Planting Yukon Gold Potato
Yukon Gold Potato is a cool season vegetable in the Solanaceae family. Getting the timing right is the difference between a strong stand and a disappointing one, so the windows below are given relative to your own last spring frost and first fall frost rather than a generic calendar date. Look up your local frost dates and count back or forward from there.
You can sow Yukon Gold Potato directly into the garden 0–2 weeks before your last frost.
Spacing and Planting Depth
Give Yukon Gold Potato room to mature.

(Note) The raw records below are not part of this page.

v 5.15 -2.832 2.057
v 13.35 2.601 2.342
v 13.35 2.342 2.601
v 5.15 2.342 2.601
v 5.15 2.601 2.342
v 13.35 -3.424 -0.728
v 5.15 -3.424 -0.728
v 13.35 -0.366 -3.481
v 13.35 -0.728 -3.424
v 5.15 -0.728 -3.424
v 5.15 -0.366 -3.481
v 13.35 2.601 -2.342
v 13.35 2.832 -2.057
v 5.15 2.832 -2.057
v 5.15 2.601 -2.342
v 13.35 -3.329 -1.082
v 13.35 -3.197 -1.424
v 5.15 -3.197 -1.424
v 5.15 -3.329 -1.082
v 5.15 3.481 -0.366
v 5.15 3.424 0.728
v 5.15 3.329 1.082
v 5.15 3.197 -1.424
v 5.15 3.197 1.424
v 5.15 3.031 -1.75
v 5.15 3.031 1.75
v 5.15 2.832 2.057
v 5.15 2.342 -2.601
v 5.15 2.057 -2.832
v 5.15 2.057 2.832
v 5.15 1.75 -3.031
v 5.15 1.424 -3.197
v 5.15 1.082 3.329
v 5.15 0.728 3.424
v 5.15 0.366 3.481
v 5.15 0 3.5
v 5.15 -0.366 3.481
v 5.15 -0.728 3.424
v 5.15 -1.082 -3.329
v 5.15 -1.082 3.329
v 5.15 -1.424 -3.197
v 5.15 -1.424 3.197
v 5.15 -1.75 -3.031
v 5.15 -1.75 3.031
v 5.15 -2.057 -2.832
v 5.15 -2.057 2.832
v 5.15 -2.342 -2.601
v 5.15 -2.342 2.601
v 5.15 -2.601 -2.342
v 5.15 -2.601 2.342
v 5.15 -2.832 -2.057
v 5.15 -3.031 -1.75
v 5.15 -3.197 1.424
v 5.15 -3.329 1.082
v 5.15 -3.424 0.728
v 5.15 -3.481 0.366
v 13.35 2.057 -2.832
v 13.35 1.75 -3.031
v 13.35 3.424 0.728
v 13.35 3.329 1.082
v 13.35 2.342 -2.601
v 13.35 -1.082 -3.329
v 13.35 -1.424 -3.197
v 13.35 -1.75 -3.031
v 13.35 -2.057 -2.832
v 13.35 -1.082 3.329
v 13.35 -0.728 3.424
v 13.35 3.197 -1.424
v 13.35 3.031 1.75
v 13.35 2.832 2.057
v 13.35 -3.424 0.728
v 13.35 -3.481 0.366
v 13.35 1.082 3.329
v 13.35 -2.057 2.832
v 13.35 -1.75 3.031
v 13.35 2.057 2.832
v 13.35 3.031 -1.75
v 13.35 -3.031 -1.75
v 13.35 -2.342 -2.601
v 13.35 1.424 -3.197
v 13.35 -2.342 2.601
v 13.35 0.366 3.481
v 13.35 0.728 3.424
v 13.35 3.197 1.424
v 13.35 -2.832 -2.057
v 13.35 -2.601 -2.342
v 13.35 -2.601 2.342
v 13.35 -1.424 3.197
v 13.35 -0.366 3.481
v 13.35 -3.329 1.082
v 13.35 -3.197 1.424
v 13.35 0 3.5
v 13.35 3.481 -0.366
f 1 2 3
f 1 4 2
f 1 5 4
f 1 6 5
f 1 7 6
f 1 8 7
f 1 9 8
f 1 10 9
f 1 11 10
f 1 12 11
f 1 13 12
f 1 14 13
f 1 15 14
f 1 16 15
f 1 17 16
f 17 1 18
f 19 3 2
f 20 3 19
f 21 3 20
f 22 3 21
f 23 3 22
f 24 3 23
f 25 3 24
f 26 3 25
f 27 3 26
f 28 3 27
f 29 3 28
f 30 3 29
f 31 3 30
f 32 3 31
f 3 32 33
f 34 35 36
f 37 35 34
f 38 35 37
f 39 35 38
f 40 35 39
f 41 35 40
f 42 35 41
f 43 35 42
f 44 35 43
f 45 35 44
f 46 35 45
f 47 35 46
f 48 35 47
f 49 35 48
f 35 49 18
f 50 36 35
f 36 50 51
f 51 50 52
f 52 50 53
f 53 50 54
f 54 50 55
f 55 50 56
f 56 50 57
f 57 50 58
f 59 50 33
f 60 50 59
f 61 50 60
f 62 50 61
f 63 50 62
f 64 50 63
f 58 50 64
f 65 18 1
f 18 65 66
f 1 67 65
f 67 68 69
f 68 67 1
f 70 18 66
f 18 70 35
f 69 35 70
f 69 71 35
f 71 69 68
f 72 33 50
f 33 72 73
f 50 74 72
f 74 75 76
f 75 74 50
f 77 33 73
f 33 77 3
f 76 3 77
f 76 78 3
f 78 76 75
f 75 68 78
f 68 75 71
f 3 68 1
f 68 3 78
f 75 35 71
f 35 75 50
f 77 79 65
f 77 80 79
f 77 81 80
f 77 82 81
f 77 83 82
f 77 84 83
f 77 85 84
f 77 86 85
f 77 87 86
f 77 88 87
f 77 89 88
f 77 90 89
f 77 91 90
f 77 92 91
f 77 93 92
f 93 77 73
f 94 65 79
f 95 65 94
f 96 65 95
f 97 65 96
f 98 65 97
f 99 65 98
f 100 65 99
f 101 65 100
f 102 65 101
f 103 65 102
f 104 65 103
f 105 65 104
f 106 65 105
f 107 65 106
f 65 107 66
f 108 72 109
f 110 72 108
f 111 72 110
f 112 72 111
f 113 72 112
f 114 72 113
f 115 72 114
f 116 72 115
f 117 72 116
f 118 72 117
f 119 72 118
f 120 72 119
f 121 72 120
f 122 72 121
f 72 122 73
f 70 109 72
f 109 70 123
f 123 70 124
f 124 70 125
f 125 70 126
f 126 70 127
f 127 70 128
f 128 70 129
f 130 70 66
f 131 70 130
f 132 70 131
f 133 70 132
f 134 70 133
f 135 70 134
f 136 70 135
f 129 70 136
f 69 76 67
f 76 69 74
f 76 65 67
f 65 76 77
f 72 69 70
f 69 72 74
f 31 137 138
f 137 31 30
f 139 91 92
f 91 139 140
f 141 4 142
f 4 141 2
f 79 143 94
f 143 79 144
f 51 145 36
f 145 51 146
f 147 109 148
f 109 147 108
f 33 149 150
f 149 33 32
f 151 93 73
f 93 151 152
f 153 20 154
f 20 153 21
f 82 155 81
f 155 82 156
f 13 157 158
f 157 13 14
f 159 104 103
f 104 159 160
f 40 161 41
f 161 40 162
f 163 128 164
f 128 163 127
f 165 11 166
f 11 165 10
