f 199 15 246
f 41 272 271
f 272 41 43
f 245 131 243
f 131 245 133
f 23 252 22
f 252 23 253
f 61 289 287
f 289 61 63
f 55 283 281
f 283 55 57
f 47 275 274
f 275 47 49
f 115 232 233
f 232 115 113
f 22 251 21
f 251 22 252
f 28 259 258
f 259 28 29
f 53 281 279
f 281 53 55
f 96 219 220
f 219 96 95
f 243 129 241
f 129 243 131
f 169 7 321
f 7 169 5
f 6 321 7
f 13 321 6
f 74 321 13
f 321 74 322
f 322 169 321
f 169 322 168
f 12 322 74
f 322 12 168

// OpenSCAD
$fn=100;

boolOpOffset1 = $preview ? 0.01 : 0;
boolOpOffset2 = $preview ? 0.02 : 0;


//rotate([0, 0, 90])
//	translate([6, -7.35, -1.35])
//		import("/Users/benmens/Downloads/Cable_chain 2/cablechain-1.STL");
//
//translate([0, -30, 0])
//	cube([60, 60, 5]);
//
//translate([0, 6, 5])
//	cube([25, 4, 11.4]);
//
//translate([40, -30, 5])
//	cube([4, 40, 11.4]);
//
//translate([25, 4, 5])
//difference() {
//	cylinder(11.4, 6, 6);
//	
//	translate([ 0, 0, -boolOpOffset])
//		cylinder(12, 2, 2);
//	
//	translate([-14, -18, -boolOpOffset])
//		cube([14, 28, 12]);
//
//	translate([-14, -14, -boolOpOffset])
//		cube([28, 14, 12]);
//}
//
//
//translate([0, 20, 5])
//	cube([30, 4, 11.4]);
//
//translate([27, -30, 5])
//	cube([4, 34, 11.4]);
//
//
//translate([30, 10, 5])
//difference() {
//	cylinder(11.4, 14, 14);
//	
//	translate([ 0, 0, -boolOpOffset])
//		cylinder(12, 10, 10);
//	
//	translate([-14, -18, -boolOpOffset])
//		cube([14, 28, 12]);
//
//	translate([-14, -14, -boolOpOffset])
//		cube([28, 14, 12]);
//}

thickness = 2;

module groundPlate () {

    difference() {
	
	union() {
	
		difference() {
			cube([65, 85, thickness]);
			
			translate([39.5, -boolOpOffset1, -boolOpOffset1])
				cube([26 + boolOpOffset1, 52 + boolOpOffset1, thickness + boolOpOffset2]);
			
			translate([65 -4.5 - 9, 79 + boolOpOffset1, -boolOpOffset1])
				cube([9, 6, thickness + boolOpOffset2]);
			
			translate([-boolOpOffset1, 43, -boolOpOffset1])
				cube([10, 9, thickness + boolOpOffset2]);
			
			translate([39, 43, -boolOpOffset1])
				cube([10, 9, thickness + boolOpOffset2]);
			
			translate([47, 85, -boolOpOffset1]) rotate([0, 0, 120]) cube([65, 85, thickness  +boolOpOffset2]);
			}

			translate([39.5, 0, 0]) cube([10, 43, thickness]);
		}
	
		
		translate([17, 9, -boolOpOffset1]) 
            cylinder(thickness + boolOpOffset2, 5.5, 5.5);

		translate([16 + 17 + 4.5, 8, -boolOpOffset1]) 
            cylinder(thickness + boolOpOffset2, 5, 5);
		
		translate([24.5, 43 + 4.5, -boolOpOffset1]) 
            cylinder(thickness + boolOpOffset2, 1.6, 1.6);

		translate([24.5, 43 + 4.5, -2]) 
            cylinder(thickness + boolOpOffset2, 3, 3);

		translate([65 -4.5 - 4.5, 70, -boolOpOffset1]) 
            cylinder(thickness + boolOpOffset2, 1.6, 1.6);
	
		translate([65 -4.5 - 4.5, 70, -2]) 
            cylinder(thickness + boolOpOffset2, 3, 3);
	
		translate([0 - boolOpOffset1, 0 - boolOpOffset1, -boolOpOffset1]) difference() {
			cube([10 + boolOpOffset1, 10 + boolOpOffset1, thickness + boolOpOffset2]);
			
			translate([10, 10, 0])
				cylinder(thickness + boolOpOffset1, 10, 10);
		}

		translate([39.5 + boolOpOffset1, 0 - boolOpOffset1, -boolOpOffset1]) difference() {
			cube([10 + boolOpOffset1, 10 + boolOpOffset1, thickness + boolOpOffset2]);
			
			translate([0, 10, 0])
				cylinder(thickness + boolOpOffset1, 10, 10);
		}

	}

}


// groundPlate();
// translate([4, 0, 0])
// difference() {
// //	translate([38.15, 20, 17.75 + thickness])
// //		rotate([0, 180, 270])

The figures below come from verified extension and seed-supplier data for typical varieties.
| Spacing in row | 12 inches |
|---|---|
| Row spacing | 36 inches |
| Plants per sq ft | 0.33 |
| Planting depth | 4 inches |
| Sun requirement | Full sun |
Days to Maturity
Yukon Gold Potato reaches maturity in 80–100 days from sowing.
Yukon Gold Potato is ready to harvest after about 90 days. Harvest before summer heat or, for fall crops, before a hard freeze, to keep quality high.
Conditions and Care
As a cool-season vegetable, Yukon Gold Potato does its best growing in the cooler weather of spring and fall and tends to bolt or turn bitter in summer heat. It is half-hardy — it withstands light frost but should be protected from a hard freeze.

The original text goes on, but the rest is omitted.